BEGIN Source data

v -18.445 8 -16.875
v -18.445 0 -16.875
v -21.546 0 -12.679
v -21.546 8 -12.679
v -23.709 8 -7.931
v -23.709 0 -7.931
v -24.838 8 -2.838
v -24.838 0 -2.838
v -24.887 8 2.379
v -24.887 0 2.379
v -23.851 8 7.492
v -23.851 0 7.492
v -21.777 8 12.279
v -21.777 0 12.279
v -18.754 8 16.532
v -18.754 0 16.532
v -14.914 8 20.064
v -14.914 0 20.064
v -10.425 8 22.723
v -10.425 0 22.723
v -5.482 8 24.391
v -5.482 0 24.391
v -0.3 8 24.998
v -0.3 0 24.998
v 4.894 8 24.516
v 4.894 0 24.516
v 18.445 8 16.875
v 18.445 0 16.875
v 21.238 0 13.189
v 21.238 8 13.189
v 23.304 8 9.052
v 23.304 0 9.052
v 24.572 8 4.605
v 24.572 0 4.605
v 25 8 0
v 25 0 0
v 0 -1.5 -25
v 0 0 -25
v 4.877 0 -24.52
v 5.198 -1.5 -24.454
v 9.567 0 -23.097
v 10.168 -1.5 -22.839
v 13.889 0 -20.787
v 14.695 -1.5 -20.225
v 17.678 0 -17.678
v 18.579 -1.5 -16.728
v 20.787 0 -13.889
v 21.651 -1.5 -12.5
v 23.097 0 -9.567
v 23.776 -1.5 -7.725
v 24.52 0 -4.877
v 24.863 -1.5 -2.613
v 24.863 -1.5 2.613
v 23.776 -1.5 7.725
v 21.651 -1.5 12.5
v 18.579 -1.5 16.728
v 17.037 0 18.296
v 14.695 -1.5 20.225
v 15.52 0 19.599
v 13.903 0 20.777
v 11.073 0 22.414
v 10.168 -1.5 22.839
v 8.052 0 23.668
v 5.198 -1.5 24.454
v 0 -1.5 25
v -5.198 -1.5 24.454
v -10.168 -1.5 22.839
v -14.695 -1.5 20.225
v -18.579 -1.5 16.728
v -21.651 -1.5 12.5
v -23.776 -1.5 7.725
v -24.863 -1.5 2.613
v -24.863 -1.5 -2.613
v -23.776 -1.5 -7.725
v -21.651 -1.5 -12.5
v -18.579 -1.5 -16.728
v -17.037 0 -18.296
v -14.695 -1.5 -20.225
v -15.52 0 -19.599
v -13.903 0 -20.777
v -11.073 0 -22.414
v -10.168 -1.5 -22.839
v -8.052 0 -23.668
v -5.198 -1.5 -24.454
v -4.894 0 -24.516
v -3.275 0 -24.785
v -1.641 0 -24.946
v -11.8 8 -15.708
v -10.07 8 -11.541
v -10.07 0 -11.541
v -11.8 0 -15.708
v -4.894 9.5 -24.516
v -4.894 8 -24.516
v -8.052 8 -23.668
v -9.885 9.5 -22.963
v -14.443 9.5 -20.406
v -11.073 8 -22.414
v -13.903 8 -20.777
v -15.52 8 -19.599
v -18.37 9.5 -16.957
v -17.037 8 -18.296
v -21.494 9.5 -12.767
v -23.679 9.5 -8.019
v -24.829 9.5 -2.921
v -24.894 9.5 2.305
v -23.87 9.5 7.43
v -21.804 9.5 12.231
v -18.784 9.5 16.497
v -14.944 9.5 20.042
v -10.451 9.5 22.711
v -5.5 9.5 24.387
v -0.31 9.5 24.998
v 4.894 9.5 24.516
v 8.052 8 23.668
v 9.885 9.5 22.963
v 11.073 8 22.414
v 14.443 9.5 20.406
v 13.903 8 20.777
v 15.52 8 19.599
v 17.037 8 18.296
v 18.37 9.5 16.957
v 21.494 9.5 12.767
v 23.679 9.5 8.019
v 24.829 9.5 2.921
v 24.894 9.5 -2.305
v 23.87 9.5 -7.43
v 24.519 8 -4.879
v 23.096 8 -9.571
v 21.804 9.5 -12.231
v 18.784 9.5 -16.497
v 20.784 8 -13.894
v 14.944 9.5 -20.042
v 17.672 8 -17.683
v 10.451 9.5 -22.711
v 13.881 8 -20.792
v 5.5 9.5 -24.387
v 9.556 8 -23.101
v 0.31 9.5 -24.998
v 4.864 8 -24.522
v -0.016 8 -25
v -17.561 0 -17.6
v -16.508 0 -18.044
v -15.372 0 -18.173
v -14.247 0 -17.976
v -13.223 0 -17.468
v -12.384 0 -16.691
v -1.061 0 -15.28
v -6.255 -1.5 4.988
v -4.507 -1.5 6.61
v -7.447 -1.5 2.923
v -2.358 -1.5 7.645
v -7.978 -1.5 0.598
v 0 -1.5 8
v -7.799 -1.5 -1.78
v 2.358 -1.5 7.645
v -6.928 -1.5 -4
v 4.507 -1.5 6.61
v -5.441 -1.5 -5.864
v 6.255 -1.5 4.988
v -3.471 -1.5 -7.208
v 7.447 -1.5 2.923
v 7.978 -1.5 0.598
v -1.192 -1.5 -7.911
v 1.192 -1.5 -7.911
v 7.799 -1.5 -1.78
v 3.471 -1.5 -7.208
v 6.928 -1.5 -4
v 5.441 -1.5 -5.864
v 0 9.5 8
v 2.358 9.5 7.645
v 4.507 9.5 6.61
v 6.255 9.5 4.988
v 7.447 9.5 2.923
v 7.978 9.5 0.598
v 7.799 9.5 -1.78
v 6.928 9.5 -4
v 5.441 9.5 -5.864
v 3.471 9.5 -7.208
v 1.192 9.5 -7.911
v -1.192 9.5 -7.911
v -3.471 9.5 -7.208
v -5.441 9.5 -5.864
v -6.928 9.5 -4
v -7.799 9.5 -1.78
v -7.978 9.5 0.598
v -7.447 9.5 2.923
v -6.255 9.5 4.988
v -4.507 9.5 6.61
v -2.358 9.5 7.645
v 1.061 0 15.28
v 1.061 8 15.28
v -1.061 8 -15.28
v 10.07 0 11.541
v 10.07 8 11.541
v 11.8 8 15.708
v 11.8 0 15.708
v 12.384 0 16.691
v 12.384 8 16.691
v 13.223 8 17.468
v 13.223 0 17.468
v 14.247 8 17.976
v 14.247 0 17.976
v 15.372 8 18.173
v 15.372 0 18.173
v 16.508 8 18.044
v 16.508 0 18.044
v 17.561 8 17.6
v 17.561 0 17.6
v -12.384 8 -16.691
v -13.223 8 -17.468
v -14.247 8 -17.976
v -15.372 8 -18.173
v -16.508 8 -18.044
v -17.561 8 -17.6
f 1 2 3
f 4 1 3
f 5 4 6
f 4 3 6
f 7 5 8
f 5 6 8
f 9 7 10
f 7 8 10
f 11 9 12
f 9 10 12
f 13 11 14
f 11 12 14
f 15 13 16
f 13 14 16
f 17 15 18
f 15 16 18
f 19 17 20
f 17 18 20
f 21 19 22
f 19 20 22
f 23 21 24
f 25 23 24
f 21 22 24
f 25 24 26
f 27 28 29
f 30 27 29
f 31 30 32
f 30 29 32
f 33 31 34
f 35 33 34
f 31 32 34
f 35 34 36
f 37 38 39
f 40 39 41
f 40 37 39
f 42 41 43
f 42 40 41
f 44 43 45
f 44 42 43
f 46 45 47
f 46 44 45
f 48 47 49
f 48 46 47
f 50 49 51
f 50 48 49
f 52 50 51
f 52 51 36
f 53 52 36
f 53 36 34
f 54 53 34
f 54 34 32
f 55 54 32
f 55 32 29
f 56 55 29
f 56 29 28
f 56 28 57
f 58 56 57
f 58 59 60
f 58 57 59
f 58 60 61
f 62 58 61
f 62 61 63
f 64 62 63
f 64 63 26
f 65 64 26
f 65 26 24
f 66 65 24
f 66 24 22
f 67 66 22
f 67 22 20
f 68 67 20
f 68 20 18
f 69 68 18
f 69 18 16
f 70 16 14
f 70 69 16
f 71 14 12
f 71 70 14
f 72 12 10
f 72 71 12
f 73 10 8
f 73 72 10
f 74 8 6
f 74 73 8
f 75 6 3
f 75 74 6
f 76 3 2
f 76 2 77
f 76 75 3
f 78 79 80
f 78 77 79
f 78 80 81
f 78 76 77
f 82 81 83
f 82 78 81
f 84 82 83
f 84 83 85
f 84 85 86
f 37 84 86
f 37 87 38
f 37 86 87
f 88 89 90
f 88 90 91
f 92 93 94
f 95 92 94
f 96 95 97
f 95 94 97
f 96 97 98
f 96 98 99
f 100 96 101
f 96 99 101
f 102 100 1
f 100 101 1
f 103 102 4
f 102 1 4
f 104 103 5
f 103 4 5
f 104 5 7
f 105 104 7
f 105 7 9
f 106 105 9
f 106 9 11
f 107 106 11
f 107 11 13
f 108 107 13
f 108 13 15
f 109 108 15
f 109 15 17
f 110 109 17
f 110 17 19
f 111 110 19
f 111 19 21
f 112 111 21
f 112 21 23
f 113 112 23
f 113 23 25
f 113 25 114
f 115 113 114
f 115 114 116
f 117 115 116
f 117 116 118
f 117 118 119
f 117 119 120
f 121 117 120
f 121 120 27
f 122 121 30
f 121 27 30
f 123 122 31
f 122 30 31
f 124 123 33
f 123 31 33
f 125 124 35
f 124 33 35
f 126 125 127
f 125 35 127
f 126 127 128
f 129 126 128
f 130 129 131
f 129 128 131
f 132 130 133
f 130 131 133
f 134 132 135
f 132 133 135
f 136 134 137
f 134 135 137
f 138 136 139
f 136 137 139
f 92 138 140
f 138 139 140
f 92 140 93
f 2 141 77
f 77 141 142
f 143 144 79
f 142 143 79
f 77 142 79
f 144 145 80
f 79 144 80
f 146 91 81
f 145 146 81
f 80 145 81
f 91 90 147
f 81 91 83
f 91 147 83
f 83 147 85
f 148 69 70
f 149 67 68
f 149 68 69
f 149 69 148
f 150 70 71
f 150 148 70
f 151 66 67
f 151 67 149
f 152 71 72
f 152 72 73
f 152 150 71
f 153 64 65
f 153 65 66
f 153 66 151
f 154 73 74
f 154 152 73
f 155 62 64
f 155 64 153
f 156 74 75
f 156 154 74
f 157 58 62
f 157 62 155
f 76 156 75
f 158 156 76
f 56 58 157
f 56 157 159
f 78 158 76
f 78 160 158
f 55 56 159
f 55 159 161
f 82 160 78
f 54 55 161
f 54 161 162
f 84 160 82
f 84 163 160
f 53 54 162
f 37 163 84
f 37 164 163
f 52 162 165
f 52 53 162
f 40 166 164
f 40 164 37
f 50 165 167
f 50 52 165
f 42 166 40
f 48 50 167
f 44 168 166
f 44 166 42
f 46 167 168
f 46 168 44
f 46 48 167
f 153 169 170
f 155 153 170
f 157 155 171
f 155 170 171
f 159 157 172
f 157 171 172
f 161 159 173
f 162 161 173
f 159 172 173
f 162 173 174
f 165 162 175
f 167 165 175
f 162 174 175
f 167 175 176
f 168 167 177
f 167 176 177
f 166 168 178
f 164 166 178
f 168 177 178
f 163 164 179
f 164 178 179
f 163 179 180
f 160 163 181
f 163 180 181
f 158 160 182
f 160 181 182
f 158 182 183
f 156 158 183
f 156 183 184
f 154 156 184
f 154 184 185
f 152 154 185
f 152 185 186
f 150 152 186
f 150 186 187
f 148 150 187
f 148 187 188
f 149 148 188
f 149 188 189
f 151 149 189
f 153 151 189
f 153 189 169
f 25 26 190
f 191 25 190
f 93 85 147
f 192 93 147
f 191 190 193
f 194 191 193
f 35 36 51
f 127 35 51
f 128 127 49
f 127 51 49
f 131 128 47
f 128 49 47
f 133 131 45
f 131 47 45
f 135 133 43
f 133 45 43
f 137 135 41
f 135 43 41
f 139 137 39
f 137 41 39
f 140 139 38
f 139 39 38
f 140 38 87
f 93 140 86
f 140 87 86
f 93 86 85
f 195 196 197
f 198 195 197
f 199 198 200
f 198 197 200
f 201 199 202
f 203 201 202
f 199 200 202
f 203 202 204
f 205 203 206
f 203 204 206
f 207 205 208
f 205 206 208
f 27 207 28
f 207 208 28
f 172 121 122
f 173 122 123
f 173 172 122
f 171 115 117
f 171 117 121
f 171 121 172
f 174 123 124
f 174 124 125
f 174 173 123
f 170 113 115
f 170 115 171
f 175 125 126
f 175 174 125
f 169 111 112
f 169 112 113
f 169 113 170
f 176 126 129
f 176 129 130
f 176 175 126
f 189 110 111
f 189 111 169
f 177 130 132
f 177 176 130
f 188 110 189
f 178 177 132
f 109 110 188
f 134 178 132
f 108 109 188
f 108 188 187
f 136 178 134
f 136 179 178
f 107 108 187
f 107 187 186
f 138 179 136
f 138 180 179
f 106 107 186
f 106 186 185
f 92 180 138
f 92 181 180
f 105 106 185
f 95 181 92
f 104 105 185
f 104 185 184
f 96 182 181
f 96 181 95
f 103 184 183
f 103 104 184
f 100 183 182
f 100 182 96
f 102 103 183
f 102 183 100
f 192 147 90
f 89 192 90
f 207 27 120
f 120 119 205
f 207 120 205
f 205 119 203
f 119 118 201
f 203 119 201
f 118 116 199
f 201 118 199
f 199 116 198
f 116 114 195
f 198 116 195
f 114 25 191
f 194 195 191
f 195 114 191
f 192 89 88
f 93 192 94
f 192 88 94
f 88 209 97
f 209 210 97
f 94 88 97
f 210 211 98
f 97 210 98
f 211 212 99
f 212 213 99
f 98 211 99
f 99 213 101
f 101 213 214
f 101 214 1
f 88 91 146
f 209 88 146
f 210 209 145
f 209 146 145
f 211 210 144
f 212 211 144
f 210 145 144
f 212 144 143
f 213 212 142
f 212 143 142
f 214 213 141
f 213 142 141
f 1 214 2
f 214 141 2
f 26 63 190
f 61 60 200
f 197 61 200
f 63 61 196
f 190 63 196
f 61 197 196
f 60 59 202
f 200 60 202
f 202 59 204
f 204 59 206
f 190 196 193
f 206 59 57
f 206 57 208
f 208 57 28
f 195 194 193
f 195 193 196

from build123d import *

# Parameters (mm, degrees)
BOSS_EXTRUDE1_DEPTH = 8
SKETCH2_R           = 25
BOSS_EXTRUDE2_DEPTH = 1.5
BOSS_EXTRUDE3_START = 1.5
SKETCH3_R           = 25
BOSS_EXTRUDE3_DEPTH = 1.5
SKETCH4_R           = 8
CUT_EXTRUDE1_DEPTH  = 38.027017163
FILLET1_R           = 4


with BuildPart() as part:
    # Sketch1 → Boss-Extrude1 (new body)
    with BuildSketch(Plane(origin=(0, 0, 0), x_dir=(1, 0, 0), z_dir=(0, 1, 0))):
        with BuildLine():
            ThreePointArc((-13.903357517, 20.777310936), (-23.090394822, -9.582988415), (4.894388058, -24.516218418))
            Line((4.894388058, -24.516218418), (1.061192692, -15.28006049))
            Line((1.061192692, -15.28006049), (10.070162151, -11.541153008))
            Line((10.070162151, -11.541153008), (13.903357517, -20.777310936))
            ThreePointArc((13.903357517, -20.777310936), (22.052028681, -11.777437371), (25, 0))
            ThreePointArc((25, 0), (15.85308012, 19.330800571), (-4.894388058, 24.516218418))
            Line((-4.894388058, 24.516218418), (-1.061192692, 15.28006049))
            Line((-1.061192692, 15.28006049), (-10.070162151, 11.541153008))
            Line((-10.070162151, 11.541153008), (-13.903357517, 20.777310936))
        make_face()
    extrude(amount=BOSS_EXTRUDE1_DEPTH)

    # Sketch2 → Boss-Extrude2 (add)
    with BuildSketch(Plane(origin=(0, 8, 0), x_dir=(1, 0, 0), z_dir=(0, 1, 0))):
        with Locations(Location((0, 0, 0), (0, 0, 101.290031001))):
            Circle(SKETCH2_R)
    extrude(amount=BOSS_EXTRUDE2_DEPTH)

    # Sketch3 → Boss-Extrude3 (add)
    with BuildSketch(Plane(origin=(0, 0, 0), x_dir=(-1, 0, 0), z_dir=(0, -1, 0)).offset(BOSS_EXTRUDE3_START)):
        with Locations(Location((0, 0, 0), (0, 0, 90))):
            Circle(SKETCH3_R)
    extrude(amount=-BOSS_EXTRUDE3_DEPTH)

    # Sketch4 → Cut-Extrude1 (cut, through all)
    with BuildSketch(Plane(origin=(0, 9.5, 0), x_dir=(1, 0, 0), z_dir=(0, 1, 0))):
        with Locations(Location((0, 0, 0), (0, 0, 270))):
            Circle(SKETCH4_R)
    extrude(amount=-CUT_EXTRUDE1_DEPTH, mode=Mode.SUBTRACT)

    # Fillet1
    # the kernel refuses this fillet: 4 mm, written as the material it takes off along each edge
    with BuildSketch(Plane(origin=(-13.903357517, 0, -20.777310936), x_dir=(-0.7585073029856567, 0, 0.6516645389442524), z_dir=(0, 1, 0)), Plane(origin=(13.903357517, 0, 20.777310936), x_dir=(0.7585073029856618, 0, -0.6516645389442466), z_dir=(0, 1, 0))) as fillet1_piece_1:
        with BuildLine():
            CenterArc((5.509030911, 3.971210744), FILLET1_R, 161.872235739, 115.006104931)
            Line((1.707570619, 5.215758711), (0, 0))
            ThreePointArc((0, 0), (2.994038539, -0.179932852), (5.988077078, 0))
        make_face()
    extrude(amount=8, mode=Mode.SUBTRACT)


solid = part.part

END Source data

What is being asked> Starting at the line above that holds "f 96 182 181" and ending at the line that holds "f 195 193 196", transcribe each line exactly and include no other lines.

Result of this exercise>
f 96 182 181
f 96 181 95
f 103 184 183
f 103 104 184
f 100 183 182
f 100 182 96
f 102 103 183
f 102 183 100
f 192 147 90
f 89 192 90
f 207 27 120
f 120 119 205
f 207 120 205
f 205 119 203
f 119 118 201
f 203 119 201
f 118 116 199
f 201 118 199
f 199 116 198
f 116 114 195
f 198 116 195
f 114 25 191
f 194 195 191
f 195 114 191
f 192 89 88
f 93 192 94
f 192 88 94
f 88 209 97
f 209 210 97
f 94 88 97
f 210 211 98
f 97 210 98
f 211 212 99
f 212 213 99
f 98 211 99
f 99 213 101
f 101 213 214
f 101 214 1
f 88 91 146
f 209 88 146
f 210 209 145
f 209 146 145
f 211 210 144
f 212 211 144
f 210 145 144
f 212 144 143
f 213 212 142
f 212 143 142
f 214 213 141
f 213 142 141
f 1 214 2
f 214 141 2
f 26 63 190
f 61 60 200
f 197 61 200
f 63 61 196
f 190 63 196
f 61 197 196
f 60 59 202
f 200 60 202
f 202 59 204
f 204 59 206
f 190 196 193
f 206 59 57
f 206 57 208
f 208 57 28
f 195 194 193
f 195 193 196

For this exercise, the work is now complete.